▶ Exercise inputs:
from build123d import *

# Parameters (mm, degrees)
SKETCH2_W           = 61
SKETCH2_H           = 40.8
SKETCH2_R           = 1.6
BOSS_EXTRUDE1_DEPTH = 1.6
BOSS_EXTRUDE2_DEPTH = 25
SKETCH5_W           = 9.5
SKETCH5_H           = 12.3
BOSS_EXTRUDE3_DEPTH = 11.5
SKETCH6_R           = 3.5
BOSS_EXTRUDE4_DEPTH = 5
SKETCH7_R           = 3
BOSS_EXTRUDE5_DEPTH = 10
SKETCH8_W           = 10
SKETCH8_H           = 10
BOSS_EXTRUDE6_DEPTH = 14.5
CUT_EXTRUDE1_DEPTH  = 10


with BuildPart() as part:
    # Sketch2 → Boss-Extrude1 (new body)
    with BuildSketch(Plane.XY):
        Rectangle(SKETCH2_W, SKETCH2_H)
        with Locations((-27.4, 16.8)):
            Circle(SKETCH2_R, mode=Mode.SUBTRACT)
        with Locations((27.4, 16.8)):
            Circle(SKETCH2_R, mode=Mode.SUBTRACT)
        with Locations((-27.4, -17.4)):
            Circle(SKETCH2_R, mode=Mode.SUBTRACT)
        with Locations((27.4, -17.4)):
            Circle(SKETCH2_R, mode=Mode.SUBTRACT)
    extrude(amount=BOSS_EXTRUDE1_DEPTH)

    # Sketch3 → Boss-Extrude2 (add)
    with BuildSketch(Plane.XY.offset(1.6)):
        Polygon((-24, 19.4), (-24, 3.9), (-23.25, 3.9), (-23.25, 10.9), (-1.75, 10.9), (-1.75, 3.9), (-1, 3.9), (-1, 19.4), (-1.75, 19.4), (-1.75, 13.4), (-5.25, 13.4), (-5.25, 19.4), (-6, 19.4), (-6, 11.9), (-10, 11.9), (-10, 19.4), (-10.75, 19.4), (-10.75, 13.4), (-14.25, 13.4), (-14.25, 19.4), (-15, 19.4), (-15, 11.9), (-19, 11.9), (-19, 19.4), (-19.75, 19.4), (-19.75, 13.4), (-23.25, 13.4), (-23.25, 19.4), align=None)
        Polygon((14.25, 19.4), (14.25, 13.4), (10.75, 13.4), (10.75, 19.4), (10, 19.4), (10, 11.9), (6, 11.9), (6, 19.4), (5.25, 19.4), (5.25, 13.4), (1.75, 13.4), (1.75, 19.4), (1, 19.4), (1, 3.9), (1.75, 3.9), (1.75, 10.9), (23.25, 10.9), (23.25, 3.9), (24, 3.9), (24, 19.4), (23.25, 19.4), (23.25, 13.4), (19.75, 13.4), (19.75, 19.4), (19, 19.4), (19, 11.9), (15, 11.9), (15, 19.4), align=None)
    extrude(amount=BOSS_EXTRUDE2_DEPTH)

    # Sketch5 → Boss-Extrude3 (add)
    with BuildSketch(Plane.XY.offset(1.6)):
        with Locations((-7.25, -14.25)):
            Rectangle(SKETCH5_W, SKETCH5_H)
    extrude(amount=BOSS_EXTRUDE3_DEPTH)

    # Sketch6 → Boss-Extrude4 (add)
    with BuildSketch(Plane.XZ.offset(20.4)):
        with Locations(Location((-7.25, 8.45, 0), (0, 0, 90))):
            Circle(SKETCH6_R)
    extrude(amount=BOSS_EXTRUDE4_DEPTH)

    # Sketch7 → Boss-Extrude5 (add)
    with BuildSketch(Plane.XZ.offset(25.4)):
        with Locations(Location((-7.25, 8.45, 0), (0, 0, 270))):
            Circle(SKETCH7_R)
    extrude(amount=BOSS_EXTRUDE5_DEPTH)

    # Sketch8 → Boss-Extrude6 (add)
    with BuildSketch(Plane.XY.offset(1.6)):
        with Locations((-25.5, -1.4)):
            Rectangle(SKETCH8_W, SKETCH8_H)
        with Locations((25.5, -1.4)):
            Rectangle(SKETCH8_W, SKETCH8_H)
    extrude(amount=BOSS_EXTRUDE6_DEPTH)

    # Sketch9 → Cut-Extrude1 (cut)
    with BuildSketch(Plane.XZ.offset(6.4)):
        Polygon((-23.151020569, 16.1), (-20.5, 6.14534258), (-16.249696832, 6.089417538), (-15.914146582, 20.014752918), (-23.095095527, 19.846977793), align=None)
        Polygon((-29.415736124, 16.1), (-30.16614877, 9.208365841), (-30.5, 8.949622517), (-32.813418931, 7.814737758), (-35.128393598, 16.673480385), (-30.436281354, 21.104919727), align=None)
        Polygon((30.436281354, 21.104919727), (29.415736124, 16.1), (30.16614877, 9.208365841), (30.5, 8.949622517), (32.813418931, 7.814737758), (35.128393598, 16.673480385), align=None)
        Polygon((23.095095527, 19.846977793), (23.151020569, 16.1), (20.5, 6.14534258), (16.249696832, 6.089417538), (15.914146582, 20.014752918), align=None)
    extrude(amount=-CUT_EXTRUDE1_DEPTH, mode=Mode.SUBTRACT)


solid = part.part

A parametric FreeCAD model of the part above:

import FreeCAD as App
import Part
import Sketcher
Q = App.Units.Quantity


def add_polygon(sketch, points):
    """Adds a closed chain of lines whose ends are joined by coincident constraints."""
    first, n = sketch.GeometryCount, len(points)
    for a, b in zip(points, points[1:] + points[:1]):
        sketch.addGeometry(Part.LineSegment(App.Vector(*a, 0), App.Vector(*b, 0)), False)
    for i in range(n):
        sketch.addConstraint(Sketcher.Constraint("Coincident", first + i, 2, first + (i + 1) % n, 1))

doc = App.newDocument("Part")
body = doc.addObject("PartDesign::Body", "Body")

# Sketch on XY plane
sketch1 = doc.addObject("Sketcher::SketchObject", "Sketch")
body.addObject(sketch1)
sketch1.AttachmentSupport = (doc.XY_Plane, [""])
sketch1.MapMode = "FlatFace"
add_polygon(sketch1, [(-30.5, 20.4), (-30.5, -20.4), (30.5, -20.4), (30.5, 20.4)])  # lines 0-3
sketch1.addGeometry(Part.Circle(App.Vector(-27.4, -17.4, 0), App.Vector(0, 0, 1), 1.6), False)  # 4
sketch1.addGeometry(Part.Circle(App.Vector(27.4, -17.4, 0), App.Vector(0, 0, 1), 1.6), False)  # 5
sketch1.addGeometry(Part.Circle(App.Vector(-27.4, 16.8, 0), App.Vector(0, 0, 1), 1.6), False)  # 6
sketch1.addGeometry(Part.Circle(App.Vector(27.4, 16.8, 0), App.Vector(0, 0, 1), 1.6), False)  # 7
sketch1.addConstraint([
    Sketcher.Constraint("Vertical", 0),
    Sketcher.Constraint("Horizontal", 1),
    Sketcher.Constraint("Vertical", 2),
    Sketcher.Constraint("Horizontal", 3),
    Sketcher.Constraint("Equal", 4, 5),
    Sketcher.Constraint("Equal", 5, 6),
    Sketcher.Constraint("Equal", 6, 7),
    Sketcher.Constraint("Symmetric", 0, 2, 2, 2, -1, 1),
    Sketcher.Constraint("Symmetric", 4, 3, 5, 3, -2),
    Sketcher.Constraint("Symmetric", 6, 3, 7, 3, -2),
    Sketcher.Constraint("Vertical", 4, 3, 6, 3),
    Sketcher.Constraint("Diameter", 4, Q("3.2 mm")),
    Sketcher.Constraint("DistanceX", 1, 1, 1, 2, Q("61 mm")),
    Sketcher.Constraint("DistanceY", 0, 2, 0, 1, Q("40.8 mm")),
    Sketcher.Constraint("DistanceY", 0, 2, 4, 3, Q("3 mm")),
    Sketcher.Constraint("DistanceX", 4, 3, -1, 1, Q("27.4 mm")),
    Sketcher.Constraint("DistanceY", -1, 1, 6, 3, Q("16.8 mm")),
])
pad1 = doc.addObject("PartDesign::Pad", "Pad")
body.addObject(pad1)
pad1.Profile = sketch1
pad1.Length = 1.6

# Sketch on XY plane
sketch2 = doc.addObject("Sketcher::SketchObject", "Sketch001")
body.addObject(sketch2)
sketch2.AttachmentSupport = (doc.XY_Plane, [""])
sketch2.MapMode = "FlatFace"
sketch2.AttachmentOffset = App.Placement(App.Vector(0, 0, 1.6), App.Rotation())
add_polygon(sketch2, [(-24, 19.4), (-24, 3.9), (-23.2, 3.9), (-23.2, 10.9), (-1.8, 10.9), (-1.8, 3.9), (-1, 3.9), (-1, 19.4), (-1.8, 19.4), (-1.8, 13.4), (-5.2, 13.4), (-5.2, 19.4), (-6, 19.4), (-6, 11.9), (-10, 11.9), (-10, 19.4), (-10.8, 19.4), (-10.8, 13.4), (-14.2, 13.4), (-14.2, 19.4), (-15, 19.4), (-15, 11.9), (-19, 11.9), (-19, 19.4), (-19.8, 19.4), (-19.8, 13.4), (-23.2, 13.4), (-23.2, 19.4)])  # lines 0-27
add_polygon(sketch2, [(14.2, 19.4), (14.2, 13.4), (10.8, 13.4), (10.8, 19.4), (10, 19.4), (10, 11.9), (6, 11.9), (6, 19.4), (5.2, 19.4), (5.2, 13.4), (1.8, 13.4), (1.8, 19.4), (1, 19.4), (1, 3.9), (1.8, 3.9), (1.8, 10.9), (23.2, 10.9), (23.2, 3.9), (24, 3.9), (24, 19.4), (23.2, 19.4), (23.2, 13.4), (19.8, 13.4), (19.8, 19.4), (19, 19.4), (19, 11.9), (15, 11.9), (15, 19.4)])  # lines 28-55
sketch2.addConstraint([
    Sketcher.Constraint("Vertical", 0),
    Sketcher.Constraint("Horizontal", 1),
    Sketcher.Constraint("Vertical", 2),
    Sketcher.Constraint("Horizontal", 3),
    Sketcher.Constraint("Vertical", 4),
    Sketcher.Constraint("Horizontal", 5),
    Sketcher.Constraint("Vertical", 6),
    Sketcher.Constraint("Horizontal", 7),
    Sketcher.Constraint("Vertical", 8),
    Sketcher.Constraint("Horizontal", 9),
    Sketcher.Constraint("Vertical", 10),
    Sketcher.Constraint("Horizontal", 11),
    Sketcher.Constraint("Vertical", 12),
    Sketcher.Constraint("Horizontal", 13),
    Sketcher.Constraint("Vertical", 14),
    Sketcher.Constraint("Horizontal", 15),
    Sketcher.Constraint("Vertical", 16),
    Sketcher.Constraint("Horizontal", 17),
    Sketcher.Constraint("Vertical", 18),
    Sketcher.Constraint("Horizontal", 19),
    Sketcher.Constraint("Vertical", 20),
    Sketcher.Constraint("Horizontal", 21),
    Sketcher.Constraint("Vertical", 22),
    Sketcher.Constraint("Horizontal", 23),
    Sketcher.Constraint("Vertical", 24),
    Sketcher.Constraint("Horizontal", 25),
    Sketcher.Constraint("Vertical", 26),
    Sketcher.Constraint("Horizontal", 27),
    Sketcher.Constraint("Vertical", 28),
    Sketcher.Constraint("Horizontal", 29),
    Sketcher.Constraint("Vertical", 30),
    Sketcher.Constraint("Horizontal", 31),
    Sketcher.Constraint("Vertical", 32),
    Sketcher.Constraint("Horizontal", 33),
    Sketcher.Constraint("Vertical", 34),
    Sketcher.Constraint("Horizontal", 35),
    Sketcher.Constraint("Vertical", 36),
    Sketcher.Constraint("Horizontal", 37),
    Sketcher.Constraint("Vertical", 38),
    Sketcher.Constraint("Horizontal", 39),
    Sketcher.Constraint("Vertical", 40),
    Sketcher.Constraint("Horizontal", 41),
    Sketcher.Constraint("Vertical", 42),
    Sketcher.Constraint("Horizontal", 43),
    Sketcher.Constraint("Vertical", 44),
    Sketcher.Constraint("Horizontal", 45),
    Sketcher.Constraint("Vertical", 46),
    Sketcher.Constraint("Horizontal", 47),
    Sketcher.Constraint("Vertical", 48),
    Sketcher.Constraint("Horizontal", 49),
    Sketcher.Constraint("Vertical", 50),
    Sketcher.Constraint("Horizontal", 51),
    Sketcher.Constraint("Vertical", 52),
    Sketcher.Constraint("Horizontal", 53),
    Sketcher.Constraint("Vertical", 54),
    Sketcher.Constraint("Horizontal", 55),
    Sketcher.Constraint("Symmetric", 17, 2, 28, 2, -2),
    Sketcher.Constraint("Symmetric", 15, 2, 30, 2, -2),
    Sketcher.Constraint("Symmetric", 13, 2, 32, 2, -2),
    Sketcher.Constraint("Symmetric", 11, 2, 34, 2, -2),
    Sketcher.Constraint("Symmetric", 9, 2, 36, 2, -2),
    Sketcher.Constraint("Symmetric", 7, 2, 38, 2, -2),
    Sketcher.Constraint("Symmetric", 5, 2, 40, 2, -2),
    Sketcher.Constraint("Symmetric", 3, 2, 42, 2, -2),
    Sketcher.Constraint("Symmetric", 1, 2, 44, 2, -2),
    Sketcher.Constraint("Symmetric", 27, 2, 46, 2, -2),
    Sketcher.Constraint("Symmetric", 25, 2, 48, 2, -2),
    Sketcher.Constraint("Symmetric", 23, 2, 50, 2, -2),
    Sketcher.Constraint("Symmetric", 21, 2, 52, 2, -2),
    Sketcher.Constraint("Symmetric", 19, 2, 54, 2, -2),
    Sketcher.Constraint("Horizontal", 1, 2, 4, 2),
    Sketcher.Constraint("Horizontal", 7, 2, 10, 2),
    Sketcher.Constraint("Horizontal", 11, 2, 14, 2),
    Sketcher.Constraint("Horizontal", 9, 2, 16, 2),
    Sketcher.Constraint("Horizontal", 15, 2, 18, 2),
    Sketcher.Constraint("Horizontal", 13, 2, 20, 2),
    Sketcher.Constraint("Horizontal", 19, 2, 22, 2),
    Sketcher.Constraint("Horizontal", 17, 2, 24, 2),
    Sketcher.Constraint("Horizontal", 23, 2, 26, 2),
    Sketcher.Constraint("Vertical", 4, 2, 7, 2),
    Sketcher.Constraint("Vertical", 2, 2, 25, 2),
    Sketcher.Constraint("Equal", 1, 5),
    Sketcher.Constraint("Equal", 7, 11),
    Sketcher.Constraint("Equal", 11, 15),
    Sketcher.Constraint("Equal", 9, 17),
    Sketcher.Constraint("Equal", 15, 19),
    Sketcher.Constraint("Equal", 13, 21),
    Sketcher.Constraint("Equal", 19, 23),
    Sketcher.Constraint("Equal", 17, 25),
    Sketcher.Constraint("DistanceX", 13, 2, 13, 1, Q("4 mm")),
    Sketcher.Constraint("DistanceY", 2, 1, 2, 2, Q("7 mm")),
    Sketcher.Constraint("DistanceY", 8, 2, 8, 1, Q("6 mm")),
    Sketcher.Constraint("DistanceX", 3, 1, 3, 2, Q("21.5 mm")),
    Sketcher.Constraint("DistanceX", 9, 2, 9, 1, Q("3.5 mm")),
    Sketcher.Constraint("DistanceY", 0, 2, 0, 1, Q("15.5 mm")),
    Sketcher.Constraint("DistanceY", 12, 2, 12, 1, Q("7.5 mm")),
    Sketcher.Constraint("DistanceX", 0, 2, -1, 1, Q("24 mm")),
    Sketcher.Constraint("DistanceY", -1, 1, 0, 2, Q("3.9 mm")),
])
pad2 = doc.addObject("PartDesign::Pad", "Pad001")
body.addObject(pad2)
pad2.Profile = sketch2
pad2.Length = 25

# Sketch on XY plane
sketch3 = doc.addObject("Sketcher::SketchObject", "Sketch002")
body.addObject(sketch3)
sketch3.AttachmentSupport = (doc.XY_Plane, [""])
sketch3.MapMode = "FlatFace"
sketch3.AttachmentOffset = App.Placement(App.Vector(0, 0, 1.6), App.Rotation())
add_polygon(sketch3, [(-12, -8), (-12, -20), (-2, -20), (-2, -8)])  # lines 0-3
sketch3.addConstraint([
    Sketcher.Constraint("Vertical", 0),
    Sketcher.Constraint("Horizontal", 1),
    Sketcher.Constraint("Vertical", 2),
    Sketcher.Constraint("Horizontal", 3),
    Sketcher.Constraint("DistanceX", 1, 1, 1, 2, Q("9.5 mm")),
    Sketcher.Constraint("DistanceY", 0, 2, 0, 1, Q("12.3 mm")),
    Sketcher.Constraint("DistanceX", 0, 2, -1, 1, Q("12 mm")),
    Sketcher.Constraint("DistanceY", 0, 2, -1, 1, Q("20.4 mm")),
])
pad3 = doc.addObject("PartDesign::Pad", "Pad002")
body.addObject(pad3)
pad3.Profile = sketch3
pad3.Length = 11.5

# Sketch on XZ plane
sketch4 = doc.addObject("Sketcher::SketchObject", "Sketch003")
body.addObject(sketch4)
sketch4.AttachmentSupport = (doc.XZ_Plane, [""])
sketch4.MapMode = "FlatFace"
sketch4.AttachmentOffset = App.Placement(App.Vector(0, 0, 20.4), App.Rotation())
sketch4.addGeometry(Part.Circle(App.Vector(-7.2, 8.4, 0), App.Vector(0, 0, 1), 3.5), False)
sketch4.addConstraint([
    Sketcher.Constraint("Diameter", 0, Q("7 mm")),
    Sketcher.Constraint("DistanceX", 0, 3, -1, 1, Q("7.25 mm")),
    Sketcher.Constraint("DistanceY", -1, 1, 0, 3, Q("8.45 mm")),
])
pad4 = doc.addObject("PartDesign::Pad", "Pad003")
body.addObject(pad4)
pad4.Profile = sketch4
pad4.Length = 5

▶ To do:
Count the lines in the entries above that hold the string "Rectangle", and give that count without any other text.

▶ Reply:
4